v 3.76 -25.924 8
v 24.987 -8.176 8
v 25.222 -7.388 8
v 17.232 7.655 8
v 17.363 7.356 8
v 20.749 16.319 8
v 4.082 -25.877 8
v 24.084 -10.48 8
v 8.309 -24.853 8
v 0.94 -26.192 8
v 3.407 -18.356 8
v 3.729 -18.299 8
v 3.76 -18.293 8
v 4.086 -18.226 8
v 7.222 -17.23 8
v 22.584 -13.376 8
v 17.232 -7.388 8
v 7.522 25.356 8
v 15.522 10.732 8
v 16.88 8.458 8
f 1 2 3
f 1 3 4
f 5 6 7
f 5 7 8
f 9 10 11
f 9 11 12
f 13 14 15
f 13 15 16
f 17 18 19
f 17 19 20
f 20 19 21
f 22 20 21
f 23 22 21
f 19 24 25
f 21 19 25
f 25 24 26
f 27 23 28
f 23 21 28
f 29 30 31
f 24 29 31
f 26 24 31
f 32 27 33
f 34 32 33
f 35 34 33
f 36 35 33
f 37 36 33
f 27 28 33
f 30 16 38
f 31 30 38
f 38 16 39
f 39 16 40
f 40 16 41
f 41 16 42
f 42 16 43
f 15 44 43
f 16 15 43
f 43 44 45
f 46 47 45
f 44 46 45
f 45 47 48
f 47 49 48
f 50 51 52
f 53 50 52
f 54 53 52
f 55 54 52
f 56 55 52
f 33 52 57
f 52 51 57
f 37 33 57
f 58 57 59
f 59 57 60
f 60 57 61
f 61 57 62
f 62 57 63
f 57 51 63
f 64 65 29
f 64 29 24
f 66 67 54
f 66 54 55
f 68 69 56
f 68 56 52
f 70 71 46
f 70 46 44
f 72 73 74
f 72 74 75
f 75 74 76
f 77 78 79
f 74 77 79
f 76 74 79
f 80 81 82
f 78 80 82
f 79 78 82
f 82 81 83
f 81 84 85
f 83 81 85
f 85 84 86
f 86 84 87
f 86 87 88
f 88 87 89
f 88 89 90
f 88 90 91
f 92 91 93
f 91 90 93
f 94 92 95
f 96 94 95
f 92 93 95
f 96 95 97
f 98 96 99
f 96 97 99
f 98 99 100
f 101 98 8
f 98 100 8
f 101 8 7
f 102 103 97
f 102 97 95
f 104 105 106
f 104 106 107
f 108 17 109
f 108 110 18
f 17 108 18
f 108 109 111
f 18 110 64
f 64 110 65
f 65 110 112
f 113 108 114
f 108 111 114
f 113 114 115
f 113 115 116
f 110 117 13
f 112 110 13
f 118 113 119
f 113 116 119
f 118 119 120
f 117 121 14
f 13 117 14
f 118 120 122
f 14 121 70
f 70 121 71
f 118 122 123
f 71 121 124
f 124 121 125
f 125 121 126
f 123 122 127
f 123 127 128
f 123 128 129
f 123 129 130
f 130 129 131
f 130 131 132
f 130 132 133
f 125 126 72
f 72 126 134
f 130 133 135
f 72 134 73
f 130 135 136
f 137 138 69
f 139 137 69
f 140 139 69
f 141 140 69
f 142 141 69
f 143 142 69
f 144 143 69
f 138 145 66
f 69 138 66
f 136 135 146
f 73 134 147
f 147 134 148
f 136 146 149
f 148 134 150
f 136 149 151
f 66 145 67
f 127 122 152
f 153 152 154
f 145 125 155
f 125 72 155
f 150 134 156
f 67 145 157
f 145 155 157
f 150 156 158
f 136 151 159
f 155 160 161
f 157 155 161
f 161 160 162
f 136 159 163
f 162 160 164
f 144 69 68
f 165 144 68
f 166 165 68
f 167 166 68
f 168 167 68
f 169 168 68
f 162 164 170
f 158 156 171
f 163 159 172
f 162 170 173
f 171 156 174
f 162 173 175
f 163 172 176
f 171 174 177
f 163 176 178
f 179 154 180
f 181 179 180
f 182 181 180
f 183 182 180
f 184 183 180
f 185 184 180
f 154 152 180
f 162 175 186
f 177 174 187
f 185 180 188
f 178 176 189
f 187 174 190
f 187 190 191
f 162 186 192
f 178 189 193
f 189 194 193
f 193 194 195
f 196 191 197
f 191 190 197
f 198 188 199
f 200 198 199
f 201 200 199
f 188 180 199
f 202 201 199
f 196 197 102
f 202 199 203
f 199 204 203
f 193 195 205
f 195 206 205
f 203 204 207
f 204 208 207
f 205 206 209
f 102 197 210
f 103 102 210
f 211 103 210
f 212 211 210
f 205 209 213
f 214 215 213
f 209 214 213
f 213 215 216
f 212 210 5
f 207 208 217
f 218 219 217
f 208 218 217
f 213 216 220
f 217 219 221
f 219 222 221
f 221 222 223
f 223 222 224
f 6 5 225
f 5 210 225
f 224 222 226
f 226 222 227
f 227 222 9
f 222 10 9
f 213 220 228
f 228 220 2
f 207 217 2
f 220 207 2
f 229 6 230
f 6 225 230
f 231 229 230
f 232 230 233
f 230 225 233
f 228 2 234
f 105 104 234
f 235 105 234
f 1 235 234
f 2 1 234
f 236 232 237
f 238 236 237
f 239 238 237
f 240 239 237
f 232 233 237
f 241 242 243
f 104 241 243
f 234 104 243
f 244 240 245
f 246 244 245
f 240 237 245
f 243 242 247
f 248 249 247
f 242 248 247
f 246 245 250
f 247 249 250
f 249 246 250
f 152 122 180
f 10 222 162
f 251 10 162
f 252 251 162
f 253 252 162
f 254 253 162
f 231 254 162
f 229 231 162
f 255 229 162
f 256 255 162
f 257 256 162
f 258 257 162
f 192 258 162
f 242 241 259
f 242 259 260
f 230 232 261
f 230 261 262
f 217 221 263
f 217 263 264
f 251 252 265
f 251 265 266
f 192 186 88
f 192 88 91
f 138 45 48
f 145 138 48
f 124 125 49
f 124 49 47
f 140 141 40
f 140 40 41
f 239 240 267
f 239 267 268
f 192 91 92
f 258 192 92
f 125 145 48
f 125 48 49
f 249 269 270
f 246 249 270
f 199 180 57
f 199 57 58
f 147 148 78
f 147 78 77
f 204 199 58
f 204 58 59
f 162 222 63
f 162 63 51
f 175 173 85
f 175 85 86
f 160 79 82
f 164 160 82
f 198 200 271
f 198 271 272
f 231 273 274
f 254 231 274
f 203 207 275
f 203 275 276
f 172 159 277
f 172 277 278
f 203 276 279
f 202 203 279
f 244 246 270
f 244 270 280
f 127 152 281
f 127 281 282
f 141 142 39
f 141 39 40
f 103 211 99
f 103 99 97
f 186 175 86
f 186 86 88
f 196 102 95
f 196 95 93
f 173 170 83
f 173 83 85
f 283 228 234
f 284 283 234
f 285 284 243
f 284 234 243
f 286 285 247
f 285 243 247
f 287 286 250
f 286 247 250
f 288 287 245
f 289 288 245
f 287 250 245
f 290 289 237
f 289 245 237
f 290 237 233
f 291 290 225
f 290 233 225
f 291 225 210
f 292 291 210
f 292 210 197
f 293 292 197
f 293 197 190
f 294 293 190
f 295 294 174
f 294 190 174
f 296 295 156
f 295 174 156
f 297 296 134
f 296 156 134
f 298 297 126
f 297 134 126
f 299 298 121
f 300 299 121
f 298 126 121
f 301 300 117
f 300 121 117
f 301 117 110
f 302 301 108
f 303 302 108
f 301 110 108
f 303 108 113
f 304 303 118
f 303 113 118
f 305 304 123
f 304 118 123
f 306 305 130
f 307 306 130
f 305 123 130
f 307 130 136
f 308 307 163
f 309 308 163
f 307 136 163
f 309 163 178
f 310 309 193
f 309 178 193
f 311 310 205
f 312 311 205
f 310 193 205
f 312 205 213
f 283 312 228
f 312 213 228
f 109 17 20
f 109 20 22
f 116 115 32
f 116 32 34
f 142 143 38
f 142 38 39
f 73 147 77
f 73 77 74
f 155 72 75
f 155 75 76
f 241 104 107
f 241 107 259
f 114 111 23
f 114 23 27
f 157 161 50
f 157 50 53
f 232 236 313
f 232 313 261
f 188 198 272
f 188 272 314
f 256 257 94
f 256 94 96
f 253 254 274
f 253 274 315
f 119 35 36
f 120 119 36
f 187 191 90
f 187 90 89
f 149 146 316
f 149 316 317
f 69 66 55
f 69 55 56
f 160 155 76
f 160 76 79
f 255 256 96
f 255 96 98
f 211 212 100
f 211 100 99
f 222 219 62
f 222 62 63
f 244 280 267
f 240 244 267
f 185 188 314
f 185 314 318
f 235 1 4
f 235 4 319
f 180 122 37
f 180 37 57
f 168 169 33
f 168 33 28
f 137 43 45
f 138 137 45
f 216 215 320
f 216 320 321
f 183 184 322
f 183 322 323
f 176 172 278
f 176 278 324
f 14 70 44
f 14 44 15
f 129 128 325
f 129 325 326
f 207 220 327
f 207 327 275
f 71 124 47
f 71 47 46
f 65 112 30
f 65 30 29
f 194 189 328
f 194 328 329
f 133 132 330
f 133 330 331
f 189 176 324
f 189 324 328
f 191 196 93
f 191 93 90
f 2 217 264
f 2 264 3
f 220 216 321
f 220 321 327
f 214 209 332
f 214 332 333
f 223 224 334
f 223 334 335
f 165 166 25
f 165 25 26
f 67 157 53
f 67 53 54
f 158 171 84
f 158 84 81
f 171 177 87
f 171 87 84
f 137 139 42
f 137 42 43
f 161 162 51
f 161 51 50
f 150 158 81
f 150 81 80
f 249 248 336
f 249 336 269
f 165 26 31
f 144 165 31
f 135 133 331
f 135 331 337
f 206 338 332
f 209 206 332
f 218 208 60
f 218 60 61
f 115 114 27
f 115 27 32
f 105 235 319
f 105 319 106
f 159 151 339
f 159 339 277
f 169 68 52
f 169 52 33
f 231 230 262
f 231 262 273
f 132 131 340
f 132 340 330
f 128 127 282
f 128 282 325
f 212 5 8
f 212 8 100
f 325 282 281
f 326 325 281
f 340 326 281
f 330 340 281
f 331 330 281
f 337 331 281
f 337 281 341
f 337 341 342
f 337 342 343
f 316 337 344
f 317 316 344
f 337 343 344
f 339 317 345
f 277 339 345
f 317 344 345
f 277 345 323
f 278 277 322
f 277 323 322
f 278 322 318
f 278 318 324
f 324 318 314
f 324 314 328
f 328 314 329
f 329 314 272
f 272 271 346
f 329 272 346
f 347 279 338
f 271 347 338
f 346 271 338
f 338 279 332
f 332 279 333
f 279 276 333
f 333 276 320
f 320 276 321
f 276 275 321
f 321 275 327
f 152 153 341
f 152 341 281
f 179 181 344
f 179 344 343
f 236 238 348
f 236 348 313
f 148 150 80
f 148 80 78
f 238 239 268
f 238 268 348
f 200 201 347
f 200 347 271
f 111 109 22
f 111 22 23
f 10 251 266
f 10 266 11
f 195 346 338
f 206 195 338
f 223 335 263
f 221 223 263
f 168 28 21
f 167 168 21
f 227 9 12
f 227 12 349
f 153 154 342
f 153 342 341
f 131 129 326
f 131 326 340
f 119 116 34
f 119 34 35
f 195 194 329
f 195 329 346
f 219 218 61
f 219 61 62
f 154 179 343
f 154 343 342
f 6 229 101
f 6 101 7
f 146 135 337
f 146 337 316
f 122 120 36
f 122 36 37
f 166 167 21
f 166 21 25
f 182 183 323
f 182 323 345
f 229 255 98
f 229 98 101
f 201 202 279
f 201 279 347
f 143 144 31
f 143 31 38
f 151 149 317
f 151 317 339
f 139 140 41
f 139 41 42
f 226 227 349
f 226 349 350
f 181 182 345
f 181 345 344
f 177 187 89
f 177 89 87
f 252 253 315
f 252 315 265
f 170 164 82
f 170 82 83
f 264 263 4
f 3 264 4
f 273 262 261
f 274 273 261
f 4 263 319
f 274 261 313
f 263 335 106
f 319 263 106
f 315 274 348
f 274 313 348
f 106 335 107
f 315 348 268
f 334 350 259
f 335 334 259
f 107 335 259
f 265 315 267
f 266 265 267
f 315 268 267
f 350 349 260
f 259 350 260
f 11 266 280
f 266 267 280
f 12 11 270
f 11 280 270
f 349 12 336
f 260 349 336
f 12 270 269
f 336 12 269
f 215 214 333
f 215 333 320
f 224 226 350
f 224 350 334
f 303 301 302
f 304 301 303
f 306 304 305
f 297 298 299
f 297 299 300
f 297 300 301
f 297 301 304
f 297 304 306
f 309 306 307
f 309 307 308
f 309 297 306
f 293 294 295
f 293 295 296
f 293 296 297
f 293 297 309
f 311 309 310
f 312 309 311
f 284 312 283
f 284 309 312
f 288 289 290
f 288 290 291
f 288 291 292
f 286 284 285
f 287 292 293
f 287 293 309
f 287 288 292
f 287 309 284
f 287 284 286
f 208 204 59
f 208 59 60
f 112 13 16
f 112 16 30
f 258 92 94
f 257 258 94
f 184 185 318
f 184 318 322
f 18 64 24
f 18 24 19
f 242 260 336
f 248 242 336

===============

*WHAT THE TASK ASKS:* The reply should hold only the lines of the listing above starting at the line containing "f 187 191 90" and ending at the line containing "f 133 132 330", exactly as written.

*OUTPUT FOR THIS TASK:*
f 187 191 90
f 187 90 89
f 149 146 316
f 149 316 317
f 69 66 55
f 69 55 56
f 160 155 76
f 160 76 79
f 255 256 96
f 255 96 98
f 211 212 100
f 211 100 99
f 222 219 62
f 222 62 63
f 244 280 267
f 240 244 267
f 185 188 314
f 185 314 318
f 235 1 4
f 235 4 319
f 180 122 37
f 180 37 57
f 168 169 33
f 168 33 28
f 137 43 45
f 138 137 45
f 216 215 320
f 216 320 321
f 183 184 322
f 183 322 323
f 176 172 278
f 176 278 324
f 14 70 44
f 14 44 15
f 129 128 325
f 129 325 326
f 207 220 327
f 207 327 275
f 71 124 47
f 71 47 46
f 65 112 30
f 65 30 29
f 194 189 328
f 194 328 329
f 133 132 330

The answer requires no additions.